That's the end of this for me.


----------



## Dozingoffaroundthecorner

Okay where is Kali K with his DIY for this?


----------



## massproducer

So this is what you wrote before I addressed anything regarding anything you have said, if you do not find this insulting, then I do not know what to tell you stoney.


"That is exactly the answer I received.

He had more statements about the sanity of anyone who would pressurize butane while holding in front of them with no safety PPE involvement, but I won't bore you with that. He was laughing too hard to really understand what he was saying clearly."

So please do not tell me about how I insulted you until you look at how your statements may effect me.

Anytime anyone is claiming that a concentrated extract will do the same as an unconcentrated substance, that really seems somewhat nieve.  That is like saying you can drink beer and drink 151 and think they will have the same effects because they are both alcohols, that just simply isn't true.

I understand your opinions, but you are lacking any type of substanial facts.  BHO is one of the most widely made exctracts today, many companies sell chambers and kits specifically made for extracting BHO.  IN fact more people are injuried or die doing everyday things, then probably anything else.  I feel more of a threat everyday getting in my car, because I do not control other drivers on the road, while I totally control my sitation and conditions when I am making BHO.  
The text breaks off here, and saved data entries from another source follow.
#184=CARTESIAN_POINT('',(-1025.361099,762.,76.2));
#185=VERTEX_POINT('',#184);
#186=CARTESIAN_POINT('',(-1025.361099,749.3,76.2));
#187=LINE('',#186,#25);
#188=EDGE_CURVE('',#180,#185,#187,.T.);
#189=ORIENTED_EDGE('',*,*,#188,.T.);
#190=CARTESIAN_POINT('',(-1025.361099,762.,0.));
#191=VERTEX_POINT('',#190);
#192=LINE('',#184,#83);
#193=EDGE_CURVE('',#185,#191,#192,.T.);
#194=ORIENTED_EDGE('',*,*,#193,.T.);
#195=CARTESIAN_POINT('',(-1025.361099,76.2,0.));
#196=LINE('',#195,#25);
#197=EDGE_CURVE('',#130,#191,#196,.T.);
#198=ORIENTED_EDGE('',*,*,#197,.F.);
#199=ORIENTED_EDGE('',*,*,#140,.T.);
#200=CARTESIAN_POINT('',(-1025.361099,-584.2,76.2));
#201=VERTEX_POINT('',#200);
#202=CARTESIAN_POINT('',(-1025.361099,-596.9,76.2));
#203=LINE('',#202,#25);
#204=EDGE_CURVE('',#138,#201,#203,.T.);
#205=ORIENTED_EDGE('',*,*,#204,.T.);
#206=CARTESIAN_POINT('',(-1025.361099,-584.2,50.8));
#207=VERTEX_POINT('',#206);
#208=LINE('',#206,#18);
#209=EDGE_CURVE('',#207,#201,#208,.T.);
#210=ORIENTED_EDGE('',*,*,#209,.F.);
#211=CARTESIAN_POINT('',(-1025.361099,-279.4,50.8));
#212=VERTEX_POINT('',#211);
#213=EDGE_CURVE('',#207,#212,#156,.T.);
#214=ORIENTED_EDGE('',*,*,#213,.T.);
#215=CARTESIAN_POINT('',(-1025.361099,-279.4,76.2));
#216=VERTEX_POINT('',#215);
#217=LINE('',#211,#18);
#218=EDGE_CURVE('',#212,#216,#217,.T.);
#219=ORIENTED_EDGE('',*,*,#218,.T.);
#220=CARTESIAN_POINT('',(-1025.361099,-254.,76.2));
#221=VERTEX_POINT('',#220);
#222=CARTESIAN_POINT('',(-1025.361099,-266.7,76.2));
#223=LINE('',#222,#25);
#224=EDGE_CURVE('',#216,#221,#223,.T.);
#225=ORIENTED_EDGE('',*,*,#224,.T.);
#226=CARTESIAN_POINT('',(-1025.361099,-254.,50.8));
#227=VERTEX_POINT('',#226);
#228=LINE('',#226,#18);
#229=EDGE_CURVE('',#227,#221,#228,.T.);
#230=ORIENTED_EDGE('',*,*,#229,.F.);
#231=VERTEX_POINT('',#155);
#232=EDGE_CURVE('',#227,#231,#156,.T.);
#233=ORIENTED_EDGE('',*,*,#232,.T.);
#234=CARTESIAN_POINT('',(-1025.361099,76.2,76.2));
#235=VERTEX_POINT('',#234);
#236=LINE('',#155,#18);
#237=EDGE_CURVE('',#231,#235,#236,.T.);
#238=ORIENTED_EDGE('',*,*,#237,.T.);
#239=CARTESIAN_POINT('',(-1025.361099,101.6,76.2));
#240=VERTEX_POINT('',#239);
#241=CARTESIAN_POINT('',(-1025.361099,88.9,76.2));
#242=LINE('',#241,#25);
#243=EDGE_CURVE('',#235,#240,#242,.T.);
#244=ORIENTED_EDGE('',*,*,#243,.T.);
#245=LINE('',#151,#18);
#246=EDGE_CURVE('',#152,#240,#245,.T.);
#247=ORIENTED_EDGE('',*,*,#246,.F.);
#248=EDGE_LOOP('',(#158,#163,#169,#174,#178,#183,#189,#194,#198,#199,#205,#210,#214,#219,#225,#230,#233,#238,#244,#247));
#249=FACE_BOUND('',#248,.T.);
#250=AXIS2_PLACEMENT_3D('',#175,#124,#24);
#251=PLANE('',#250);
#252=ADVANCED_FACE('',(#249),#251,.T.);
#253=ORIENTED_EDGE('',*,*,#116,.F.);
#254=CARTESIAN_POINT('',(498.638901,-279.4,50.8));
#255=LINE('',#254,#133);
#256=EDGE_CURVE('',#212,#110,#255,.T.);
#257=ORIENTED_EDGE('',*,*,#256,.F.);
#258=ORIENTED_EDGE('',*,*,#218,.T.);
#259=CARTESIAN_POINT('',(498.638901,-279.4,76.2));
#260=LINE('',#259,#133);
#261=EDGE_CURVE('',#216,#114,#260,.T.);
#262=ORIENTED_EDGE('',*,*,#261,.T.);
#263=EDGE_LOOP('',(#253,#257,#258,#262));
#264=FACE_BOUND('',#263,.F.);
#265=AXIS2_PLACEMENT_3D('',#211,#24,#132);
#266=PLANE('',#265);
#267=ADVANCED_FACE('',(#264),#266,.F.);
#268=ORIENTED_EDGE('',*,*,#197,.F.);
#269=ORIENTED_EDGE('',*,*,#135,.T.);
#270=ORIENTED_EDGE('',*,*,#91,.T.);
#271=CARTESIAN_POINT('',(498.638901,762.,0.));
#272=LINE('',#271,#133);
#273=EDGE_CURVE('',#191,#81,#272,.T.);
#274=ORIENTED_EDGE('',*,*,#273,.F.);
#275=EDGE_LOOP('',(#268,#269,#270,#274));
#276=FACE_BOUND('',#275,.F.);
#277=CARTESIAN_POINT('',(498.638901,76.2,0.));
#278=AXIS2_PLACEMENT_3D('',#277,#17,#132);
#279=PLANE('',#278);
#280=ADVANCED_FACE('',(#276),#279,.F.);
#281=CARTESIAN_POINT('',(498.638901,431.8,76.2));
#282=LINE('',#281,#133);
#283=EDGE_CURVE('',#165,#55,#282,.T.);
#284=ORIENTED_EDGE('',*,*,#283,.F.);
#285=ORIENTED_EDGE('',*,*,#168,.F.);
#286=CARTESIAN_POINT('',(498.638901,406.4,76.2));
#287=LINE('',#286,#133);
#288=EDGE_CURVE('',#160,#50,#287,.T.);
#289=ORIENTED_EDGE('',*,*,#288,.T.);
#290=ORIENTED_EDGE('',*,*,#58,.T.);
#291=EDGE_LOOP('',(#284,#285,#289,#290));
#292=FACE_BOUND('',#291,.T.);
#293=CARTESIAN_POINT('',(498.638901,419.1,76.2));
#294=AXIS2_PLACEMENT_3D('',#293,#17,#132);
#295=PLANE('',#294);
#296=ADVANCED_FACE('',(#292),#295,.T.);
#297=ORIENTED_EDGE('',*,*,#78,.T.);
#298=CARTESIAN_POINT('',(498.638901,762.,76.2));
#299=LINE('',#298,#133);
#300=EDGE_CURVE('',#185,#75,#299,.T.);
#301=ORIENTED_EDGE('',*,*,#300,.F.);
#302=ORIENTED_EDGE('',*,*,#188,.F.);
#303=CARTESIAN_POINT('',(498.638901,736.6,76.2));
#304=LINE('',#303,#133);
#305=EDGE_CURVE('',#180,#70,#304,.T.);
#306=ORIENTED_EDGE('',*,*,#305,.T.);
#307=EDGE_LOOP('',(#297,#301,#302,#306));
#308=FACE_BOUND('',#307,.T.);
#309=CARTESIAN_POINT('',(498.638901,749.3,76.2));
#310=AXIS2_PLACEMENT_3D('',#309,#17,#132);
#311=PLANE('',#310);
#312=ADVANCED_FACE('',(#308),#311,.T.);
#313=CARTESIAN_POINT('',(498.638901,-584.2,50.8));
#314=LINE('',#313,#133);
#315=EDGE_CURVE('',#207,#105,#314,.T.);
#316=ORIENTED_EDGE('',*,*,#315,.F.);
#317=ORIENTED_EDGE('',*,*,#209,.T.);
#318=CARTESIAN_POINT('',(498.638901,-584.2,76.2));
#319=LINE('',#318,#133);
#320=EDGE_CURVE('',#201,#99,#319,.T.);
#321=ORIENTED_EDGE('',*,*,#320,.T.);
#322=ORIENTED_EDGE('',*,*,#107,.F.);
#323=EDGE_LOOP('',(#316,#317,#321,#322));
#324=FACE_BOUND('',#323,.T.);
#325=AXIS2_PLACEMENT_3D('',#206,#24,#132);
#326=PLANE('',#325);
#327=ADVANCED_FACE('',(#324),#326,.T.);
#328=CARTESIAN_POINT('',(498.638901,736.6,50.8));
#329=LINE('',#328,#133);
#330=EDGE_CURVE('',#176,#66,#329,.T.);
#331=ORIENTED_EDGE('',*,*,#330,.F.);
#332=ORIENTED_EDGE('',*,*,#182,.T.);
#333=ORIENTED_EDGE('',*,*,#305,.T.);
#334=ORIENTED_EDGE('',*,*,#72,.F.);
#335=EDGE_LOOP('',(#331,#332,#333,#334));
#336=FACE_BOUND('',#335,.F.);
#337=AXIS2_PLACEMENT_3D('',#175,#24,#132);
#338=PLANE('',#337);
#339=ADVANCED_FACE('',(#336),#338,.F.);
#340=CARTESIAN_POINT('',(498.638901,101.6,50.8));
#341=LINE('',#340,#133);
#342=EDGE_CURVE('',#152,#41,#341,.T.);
Once again butane can not ignite with the PPM's that will be present extracting it outside.  Every report of ignition i have ever seen were as I said from people extracting in their homes where the butane is allowed to pool, and then the ignite the pooled butane by smoking.  Propane BBQ's are dangous if you use them inside, while using them outside is almost no risk.  It is the same as butane, because they are both volitile gases.


----------



## umbra

I was reading this thread and it reminded me of a story. Not sure how many go back this far. A guy from Australia moves to Holland. Late 1970"s. Starts doing oil extraction with Alcohol and final extraction with ether. Made quite a bit of money. Chemical electric burner ( supposed to be sparkless) sparked and he was nearly burned alive. That was Neville Schoenmaker. And he has the scars to prove it. Just something to think about. Not likely to happen, first time or maybe never. We are live and die by our beliefs. You decide.


----------



## 7greeneyes

massproducer...not to sound like a cotton-headed ninny muggins or a flamer (gah I hate that word), but I think your reading but not comprehending the words I am typing down...I meant the taste is "pure"...clean, I am no chemist by a long shot, just an amateur with xtra bud and too much time on my hands and w/ all this arguing, there is still NO IRRREFUTABLE EVIDENCE THAT SMOKING CANNABIS BUD BY ITSELF is not carcinogenic as well...show me the FDA reports that claim 0% chance marijuana is carcinogenic. Whether armchair chemists or bud purists, we are chancing it...vap'ing is the closest thing to an ABSOLUTE. As far as method, here's what's being missed by some of us on this threadhere's what I said previously. .."other then that, I'd have to argue that 3x butane extraction is less efficient then an acetone bath because I've noticed residual crystals in the mix "Notice I said that there were STILL crystals left behind in the trim...And then massproducer wrote..." (I) would also have to disagree with 7greeneyes because the fact is that you would need labratory testing to determine any level of impurities left behind from any good Butane."I've noticed alot of people don't really READ what is written, they just scan over and hastily type their responses. Just as Chuck Pahlniuk wrote: "We're all just waiting for our turn to talk and not listening to one another. I mean REALLY listening..." ; FIGHTCLUB 1996


----------



## massproducer

7greeneyes, the comment that I disputed had nothing to do with you saying crystals were left... it was right after that that you said, "  I'd have to argue that 3x butane extraction is less efficient then an acetone bath because I've noticed residual crystals in the mix but when using acetone or an everclear extraction, *it pulled everything w/ minimal amount of cholophyll contamination*"
But then in the post before that you said you are left with green sludge.  By the first comment you are contrasting the purity and efficiency of butane vs everclear.  But from your own words you are saying that you are left with a green sludge.  THC is not green, chlorophyll is, if you were extracting pure cannabinoids and terpenoids then it would be a clear amber colour like honey oil is, because Butane only extract cannabinoids and terpenoids while leaving behind chlorophyll and other carcinogens.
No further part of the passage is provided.